Friday, September 28, 2012

Circling


Sometimes when you are working well into the night or when you have begun at an early hour, your attention is caught by the sound of your dog, Sally, engaged in the primal meme of moving about on one of her sleeping venues in what appears to be a slowly narrowing circle.  This behavior has been explained to you as going back to the outdoor dogs, making a nest for themselves in the snow or frost.

Although the explanation makes sense in a functional way, you enjoy the picture for a number of reasons that have less to do with the specificity of dogs in the snow and more to do with language and writing.

Because many dogs who perform this circling gesture are from breeds that have little or no association with snow, this explanation may have a greater content of verbal inventiveness than fact.  Although Sally is a mix of the Australian cattle dog and the Australian Shepherd that is American rather than Australian and may not have as many shepherding instincts as commonly believed, and she is by design an outside dog, you’ve not seem her performing this circling behavior outdoors. 

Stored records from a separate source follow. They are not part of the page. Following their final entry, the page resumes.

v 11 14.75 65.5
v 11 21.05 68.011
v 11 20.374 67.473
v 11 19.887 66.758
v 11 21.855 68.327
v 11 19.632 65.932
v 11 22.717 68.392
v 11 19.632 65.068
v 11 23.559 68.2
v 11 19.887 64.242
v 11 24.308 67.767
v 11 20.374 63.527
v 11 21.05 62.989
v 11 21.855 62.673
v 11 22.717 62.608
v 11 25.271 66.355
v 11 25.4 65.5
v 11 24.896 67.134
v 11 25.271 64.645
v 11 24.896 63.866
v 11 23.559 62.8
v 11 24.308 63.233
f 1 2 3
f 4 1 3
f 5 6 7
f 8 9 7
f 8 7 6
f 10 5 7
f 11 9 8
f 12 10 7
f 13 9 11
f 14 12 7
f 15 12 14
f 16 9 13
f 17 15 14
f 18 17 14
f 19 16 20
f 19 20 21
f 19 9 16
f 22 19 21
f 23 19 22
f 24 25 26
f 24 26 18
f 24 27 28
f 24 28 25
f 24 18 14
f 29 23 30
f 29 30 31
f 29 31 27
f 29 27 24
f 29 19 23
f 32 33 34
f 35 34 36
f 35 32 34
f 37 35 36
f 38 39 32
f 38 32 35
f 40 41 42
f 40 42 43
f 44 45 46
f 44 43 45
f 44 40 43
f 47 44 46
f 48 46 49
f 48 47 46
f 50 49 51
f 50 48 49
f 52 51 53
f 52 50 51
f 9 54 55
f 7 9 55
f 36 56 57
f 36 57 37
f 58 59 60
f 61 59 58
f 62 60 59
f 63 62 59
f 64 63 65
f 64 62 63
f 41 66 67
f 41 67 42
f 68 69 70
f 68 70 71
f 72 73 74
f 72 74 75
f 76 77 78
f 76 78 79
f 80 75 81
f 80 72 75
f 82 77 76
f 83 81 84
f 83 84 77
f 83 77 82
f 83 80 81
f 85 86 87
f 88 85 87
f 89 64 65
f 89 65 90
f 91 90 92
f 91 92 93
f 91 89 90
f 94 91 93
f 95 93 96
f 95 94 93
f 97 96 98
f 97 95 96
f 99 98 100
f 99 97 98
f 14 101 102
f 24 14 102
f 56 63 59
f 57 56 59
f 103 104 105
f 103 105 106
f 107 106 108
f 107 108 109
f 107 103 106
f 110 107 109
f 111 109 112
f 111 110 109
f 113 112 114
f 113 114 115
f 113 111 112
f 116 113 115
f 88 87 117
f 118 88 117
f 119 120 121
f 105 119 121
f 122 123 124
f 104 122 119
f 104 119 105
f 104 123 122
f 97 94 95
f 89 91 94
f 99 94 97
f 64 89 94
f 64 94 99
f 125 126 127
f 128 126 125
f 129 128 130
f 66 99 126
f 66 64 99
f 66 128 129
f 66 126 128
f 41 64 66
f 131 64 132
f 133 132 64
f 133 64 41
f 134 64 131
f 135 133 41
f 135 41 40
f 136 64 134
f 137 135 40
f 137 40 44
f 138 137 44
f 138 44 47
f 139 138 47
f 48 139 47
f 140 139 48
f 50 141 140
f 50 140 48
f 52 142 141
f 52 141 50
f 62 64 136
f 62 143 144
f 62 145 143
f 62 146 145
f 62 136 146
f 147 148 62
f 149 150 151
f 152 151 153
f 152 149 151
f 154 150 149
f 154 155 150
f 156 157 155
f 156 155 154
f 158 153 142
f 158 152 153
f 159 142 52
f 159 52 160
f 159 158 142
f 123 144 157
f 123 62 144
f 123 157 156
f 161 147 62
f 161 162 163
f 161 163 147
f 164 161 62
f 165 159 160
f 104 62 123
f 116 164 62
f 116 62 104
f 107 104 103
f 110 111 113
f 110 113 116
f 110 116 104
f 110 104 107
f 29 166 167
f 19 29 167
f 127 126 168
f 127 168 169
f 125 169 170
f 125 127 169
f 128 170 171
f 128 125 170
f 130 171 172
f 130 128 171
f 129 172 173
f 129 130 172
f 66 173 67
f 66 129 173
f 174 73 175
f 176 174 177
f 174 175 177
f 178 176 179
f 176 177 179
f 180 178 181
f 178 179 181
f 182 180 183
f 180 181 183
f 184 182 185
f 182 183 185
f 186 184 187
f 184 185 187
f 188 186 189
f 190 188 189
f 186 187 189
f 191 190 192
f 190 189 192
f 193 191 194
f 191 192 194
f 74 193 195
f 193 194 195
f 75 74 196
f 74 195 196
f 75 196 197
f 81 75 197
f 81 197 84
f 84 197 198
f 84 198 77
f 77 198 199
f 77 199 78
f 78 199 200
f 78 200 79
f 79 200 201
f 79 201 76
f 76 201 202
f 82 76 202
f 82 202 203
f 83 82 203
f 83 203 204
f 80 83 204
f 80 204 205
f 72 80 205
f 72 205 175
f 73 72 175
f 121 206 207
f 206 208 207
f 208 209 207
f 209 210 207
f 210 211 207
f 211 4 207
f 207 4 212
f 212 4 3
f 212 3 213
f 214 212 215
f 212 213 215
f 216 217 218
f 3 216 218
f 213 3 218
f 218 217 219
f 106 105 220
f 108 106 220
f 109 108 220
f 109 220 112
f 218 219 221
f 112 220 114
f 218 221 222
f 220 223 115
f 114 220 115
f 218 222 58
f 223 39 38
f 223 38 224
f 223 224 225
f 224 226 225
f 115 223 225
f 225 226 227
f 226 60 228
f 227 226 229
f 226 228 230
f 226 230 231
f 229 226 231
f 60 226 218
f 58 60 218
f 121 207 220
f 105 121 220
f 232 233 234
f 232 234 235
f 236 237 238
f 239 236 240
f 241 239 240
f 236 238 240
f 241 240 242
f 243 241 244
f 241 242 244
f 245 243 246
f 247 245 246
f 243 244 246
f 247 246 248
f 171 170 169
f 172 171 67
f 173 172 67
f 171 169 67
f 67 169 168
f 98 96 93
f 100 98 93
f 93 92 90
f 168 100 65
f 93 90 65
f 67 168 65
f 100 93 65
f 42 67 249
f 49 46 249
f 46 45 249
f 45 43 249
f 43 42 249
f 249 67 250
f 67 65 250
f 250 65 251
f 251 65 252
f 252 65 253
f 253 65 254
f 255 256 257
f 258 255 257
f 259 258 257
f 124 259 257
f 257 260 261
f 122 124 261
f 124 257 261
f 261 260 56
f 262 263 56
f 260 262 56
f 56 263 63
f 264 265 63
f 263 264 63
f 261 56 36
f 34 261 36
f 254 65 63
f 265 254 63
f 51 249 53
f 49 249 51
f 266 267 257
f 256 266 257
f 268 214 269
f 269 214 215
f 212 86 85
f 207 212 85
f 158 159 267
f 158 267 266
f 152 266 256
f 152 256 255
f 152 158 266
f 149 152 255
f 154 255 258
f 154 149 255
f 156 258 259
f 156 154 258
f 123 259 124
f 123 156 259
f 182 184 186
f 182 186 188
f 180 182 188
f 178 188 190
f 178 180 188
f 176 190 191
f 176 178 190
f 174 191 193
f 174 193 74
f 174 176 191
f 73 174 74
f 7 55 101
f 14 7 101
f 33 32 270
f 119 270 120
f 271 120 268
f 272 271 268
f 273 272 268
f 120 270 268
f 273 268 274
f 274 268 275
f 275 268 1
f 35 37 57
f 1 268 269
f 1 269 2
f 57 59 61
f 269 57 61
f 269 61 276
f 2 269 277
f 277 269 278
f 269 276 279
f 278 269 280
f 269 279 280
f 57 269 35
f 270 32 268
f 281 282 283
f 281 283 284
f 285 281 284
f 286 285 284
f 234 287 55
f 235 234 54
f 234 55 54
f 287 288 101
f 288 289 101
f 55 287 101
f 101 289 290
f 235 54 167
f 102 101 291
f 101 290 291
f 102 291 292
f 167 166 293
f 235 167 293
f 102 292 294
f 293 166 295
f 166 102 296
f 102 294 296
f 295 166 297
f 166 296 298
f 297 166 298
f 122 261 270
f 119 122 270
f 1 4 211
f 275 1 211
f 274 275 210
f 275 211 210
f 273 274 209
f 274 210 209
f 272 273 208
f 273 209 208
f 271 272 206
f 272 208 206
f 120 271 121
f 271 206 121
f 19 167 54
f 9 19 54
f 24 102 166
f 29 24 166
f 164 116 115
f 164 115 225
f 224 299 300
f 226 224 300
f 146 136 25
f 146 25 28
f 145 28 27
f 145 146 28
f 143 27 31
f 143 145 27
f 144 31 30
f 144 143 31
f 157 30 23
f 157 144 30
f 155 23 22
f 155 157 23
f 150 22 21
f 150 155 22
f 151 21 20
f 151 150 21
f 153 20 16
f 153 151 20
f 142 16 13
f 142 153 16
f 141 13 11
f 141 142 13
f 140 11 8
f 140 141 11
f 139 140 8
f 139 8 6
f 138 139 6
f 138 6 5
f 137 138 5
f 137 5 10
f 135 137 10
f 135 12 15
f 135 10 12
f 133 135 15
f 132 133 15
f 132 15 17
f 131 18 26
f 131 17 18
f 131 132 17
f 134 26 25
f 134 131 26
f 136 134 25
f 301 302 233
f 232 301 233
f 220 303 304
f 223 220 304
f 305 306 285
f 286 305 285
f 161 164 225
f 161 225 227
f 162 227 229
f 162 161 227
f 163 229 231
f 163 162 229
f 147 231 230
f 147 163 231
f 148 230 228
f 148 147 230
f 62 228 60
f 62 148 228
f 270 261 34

The notion of a dog making a nest for itself in the snow has enough plausibility to sound right, but it also has a tad too much plausibility to the point where the explanation could be a great canard.  The transmitting medium is word, either spoken or written.  Words can make absurd things sound plausible.  Words also have the power to make things with solid background in scientific or practical applications sound absurd.

When you see Sally in this kind of frustrated action, pawing at her blanket or bedding, you are aware of her seeking some kind of comfort and balance, which reminds you of your own occasional circling.  You at such times are not trying to make a nest in the snow.  You are in fact trying to make a comfortable sentence, brimming and fresh with energy and clarity.

Sometimes you despair of writing your way out of this morbid sense of narrative quagmire.  You circle endlessly, in your head, on notepads, on the computer screen, attempting various word orders in your attempt to capture the seemingly hopeless task of bringing a sense of living presence, order, and excitement to ground in a single sentence.

At one time, your circling produced a rat-a-tat of short declarative sentences, not so much with the same intent as Hemingway as the hope of building some kind of bridge between the inner and outer causes and the realistic effects on the persons crossing the bridge.  At the time, you were losing your fascination for Hemingway and gaining a different kind of fascination from your mentor, Rachel Maddux, and from Thornton Wilder.

Whether the explanation for why a dog circles is spot on accurate or fanciful to the point of daftness, Sally does it often and you try often enough to rearrange the furniture of a sentence until it works its way into the save column and, in its way, out of your system in the manner of a passed kidney stone.

When she is successful with her circling, Sally has earned an hour or so of naptime.  When you have done with your own, you have earned a temporary return to the orderly flow of narrative information.  For a time there is a sense of quiet, comfortable industry in a room fraught with potential for misadventure.